Он сердито смахнул навернувшиеся на глаза слезы: «Значит, испугалась? Захотела тихой жизни. А еще приютская...»
Он заставил себя встряхнуться и стал читать дальше:
«...У нас после твоего ареста был обыск. Забрали твои письма и фотографии. А меня вскоре после этого вышибли из гимназии, из последнего класса...»
Сергей посуровел: «Бедная Лиза. Из-за меня ей не удалось доучиться...»
«...Дом нам пришлось продать, теперь сами живем на квартире. Если бы не болела бабушка, так ничего бы. Все думаем и плачем о тебе. Ведь ничего, ничего не знаем».
«Да, жалко их. Горюют. Надо написать срочно». Он сложил письма и пошел на кухню, где ждала его Ульяна Веденеевна.
За едой, за чаем проговорили до полуночи. Уже когда Сергей вышел из-за стола, Ульяна Веденеевна достала из буфета пакетик.

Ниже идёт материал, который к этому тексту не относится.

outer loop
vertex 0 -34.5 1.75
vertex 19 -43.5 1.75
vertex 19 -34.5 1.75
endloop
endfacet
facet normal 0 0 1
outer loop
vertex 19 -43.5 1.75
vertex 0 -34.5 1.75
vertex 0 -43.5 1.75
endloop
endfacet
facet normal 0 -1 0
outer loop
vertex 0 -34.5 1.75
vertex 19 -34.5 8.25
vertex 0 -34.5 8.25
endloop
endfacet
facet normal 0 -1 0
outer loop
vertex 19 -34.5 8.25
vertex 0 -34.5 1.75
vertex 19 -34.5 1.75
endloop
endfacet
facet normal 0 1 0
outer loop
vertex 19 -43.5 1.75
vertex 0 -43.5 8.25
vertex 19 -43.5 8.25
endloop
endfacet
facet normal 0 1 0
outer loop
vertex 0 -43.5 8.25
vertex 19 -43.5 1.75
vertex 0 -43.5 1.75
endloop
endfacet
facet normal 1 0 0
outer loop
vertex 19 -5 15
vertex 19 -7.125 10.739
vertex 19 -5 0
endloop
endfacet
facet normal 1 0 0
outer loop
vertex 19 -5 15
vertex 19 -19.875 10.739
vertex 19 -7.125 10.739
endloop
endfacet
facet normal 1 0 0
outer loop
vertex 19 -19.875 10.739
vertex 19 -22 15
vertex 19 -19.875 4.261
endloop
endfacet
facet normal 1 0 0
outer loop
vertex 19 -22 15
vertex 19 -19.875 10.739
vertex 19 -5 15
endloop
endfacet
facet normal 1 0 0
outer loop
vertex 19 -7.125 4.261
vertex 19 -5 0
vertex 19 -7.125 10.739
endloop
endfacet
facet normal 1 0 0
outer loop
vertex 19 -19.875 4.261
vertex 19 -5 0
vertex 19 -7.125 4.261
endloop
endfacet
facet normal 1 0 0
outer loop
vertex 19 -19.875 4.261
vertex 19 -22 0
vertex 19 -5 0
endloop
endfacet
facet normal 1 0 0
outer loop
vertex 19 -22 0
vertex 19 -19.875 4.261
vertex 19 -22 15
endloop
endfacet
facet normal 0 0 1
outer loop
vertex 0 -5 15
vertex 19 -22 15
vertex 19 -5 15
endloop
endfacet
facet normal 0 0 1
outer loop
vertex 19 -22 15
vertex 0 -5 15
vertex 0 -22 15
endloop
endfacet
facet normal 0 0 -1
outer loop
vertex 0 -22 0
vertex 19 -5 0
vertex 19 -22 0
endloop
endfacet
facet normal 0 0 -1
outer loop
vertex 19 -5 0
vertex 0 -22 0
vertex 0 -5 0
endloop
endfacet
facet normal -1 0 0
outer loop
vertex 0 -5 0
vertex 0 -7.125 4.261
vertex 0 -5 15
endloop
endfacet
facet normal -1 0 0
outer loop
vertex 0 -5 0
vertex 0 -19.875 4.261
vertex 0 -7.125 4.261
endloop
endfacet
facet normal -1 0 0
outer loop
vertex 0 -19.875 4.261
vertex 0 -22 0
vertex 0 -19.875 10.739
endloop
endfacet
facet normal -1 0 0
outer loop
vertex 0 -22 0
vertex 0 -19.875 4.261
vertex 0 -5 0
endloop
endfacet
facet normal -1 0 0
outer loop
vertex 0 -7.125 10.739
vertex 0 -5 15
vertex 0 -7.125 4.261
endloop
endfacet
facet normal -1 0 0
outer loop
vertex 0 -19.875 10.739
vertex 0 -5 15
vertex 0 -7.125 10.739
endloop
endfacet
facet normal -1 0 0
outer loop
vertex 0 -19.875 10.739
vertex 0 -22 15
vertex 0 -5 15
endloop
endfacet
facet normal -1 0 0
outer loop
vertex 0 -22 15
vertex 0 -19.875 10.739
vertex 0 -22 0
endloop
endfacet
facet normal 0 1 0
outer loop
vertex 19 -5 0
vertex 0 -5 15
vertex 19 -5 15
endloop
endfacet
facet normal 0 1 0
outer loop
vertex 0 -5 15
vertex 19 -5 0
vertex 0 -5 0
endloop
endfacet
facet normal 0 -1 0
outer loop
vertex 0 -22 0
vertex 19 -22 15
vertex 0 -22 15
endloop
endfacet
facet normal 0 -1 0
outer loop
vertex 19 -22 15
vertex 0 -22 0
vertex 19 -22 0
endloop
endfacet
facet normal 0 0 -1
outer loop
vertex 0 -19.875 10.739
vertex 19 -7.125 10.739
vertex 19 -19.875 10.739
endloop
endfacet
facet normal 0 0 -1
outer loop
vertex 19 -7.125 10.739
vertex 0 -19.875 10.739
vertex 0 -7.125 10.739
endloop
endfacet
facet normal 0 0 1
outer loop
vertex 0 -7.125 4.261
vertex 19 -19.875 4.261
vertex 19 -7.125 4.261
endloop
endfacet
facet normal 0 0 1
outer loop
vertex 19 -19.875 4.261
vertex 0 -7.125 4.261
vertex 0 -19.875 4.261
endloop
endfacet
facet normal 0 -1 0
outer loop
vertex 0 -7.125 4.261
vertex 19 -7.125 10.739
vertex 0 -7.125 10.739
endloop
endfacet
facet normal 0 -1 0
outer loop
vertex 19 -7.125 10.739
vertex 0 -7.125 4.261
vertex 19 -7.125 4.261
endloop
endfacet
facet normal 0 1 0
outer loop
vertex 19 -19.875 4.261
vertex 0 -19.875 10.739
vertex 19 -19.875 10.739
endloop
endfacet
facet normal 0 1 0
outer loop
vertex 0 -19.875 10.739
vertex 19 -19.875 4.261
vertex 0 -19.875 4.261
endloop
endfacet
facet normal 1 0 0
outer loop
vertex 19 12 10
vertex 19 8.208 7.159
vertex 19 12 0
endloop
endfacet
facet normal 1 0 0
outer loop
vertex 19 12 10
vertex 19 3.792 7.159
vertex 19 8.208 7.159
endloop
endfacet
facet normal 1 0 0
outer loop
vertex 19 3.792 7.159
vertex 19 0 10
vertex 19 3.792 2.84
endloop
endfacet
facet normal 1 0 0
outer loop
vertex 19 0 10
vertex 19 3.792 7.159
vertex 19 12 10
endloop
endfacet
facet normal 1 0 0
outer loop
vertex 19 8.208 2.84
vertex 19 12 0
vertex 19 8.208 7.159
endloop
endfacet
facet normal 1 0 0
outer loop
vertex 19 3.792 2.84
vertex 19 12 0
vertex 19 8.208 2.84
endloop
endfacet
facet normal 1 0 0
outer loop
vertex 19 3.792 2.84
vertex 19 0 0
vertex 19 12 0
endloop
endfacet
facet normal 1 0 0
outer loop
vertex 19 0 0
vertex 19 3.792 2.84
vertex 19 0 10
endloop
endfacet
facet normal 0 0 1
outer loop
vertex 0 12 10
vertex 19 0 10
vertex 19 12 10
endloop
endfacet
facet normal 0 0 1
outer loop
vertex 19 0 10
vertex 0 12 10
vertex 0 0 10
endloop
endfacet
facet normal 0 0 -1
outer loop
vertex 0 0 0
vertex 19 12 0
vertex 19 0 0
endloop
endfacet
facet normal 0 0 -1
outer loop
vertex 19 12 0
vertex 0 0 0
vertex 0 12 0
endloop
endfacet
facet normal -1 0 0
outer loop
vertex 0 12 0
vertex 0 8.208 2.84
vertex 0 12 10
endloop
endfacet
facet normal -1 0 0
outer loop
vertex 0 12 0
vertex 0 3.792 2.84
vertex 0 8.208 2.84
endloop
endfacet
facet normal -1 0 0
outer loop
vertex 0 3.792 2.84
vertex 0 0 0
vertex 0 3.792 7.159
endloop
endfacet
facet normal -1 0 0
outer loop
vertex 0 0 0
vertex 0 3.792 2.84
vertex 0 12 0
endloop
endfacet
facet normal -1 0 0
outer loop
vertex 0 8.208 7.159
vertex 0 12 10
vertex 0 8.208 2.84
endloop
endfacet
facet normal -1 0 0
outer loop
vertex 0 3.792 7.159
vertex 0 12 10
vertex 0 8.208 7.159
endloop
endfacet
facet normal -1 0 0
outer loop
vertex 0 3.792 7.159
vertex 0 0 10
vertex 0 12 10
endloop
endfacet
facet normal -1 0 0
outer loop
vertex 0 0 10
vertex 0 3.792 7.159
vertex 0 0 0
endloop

— Вот, Сережа, это тебе. На днях приходила барышня, велела передать лично.
Сергей разорвал пакет, увидел деньги и записку. В ней было всего несколько слов:
«Здесь оставаться нельзя. Немедля выезжай в Новониколаевск. Михайловская, дом с голубыми наличниками. Скажешь: «Я из Томска». Деньги — на дорогу и на первое время».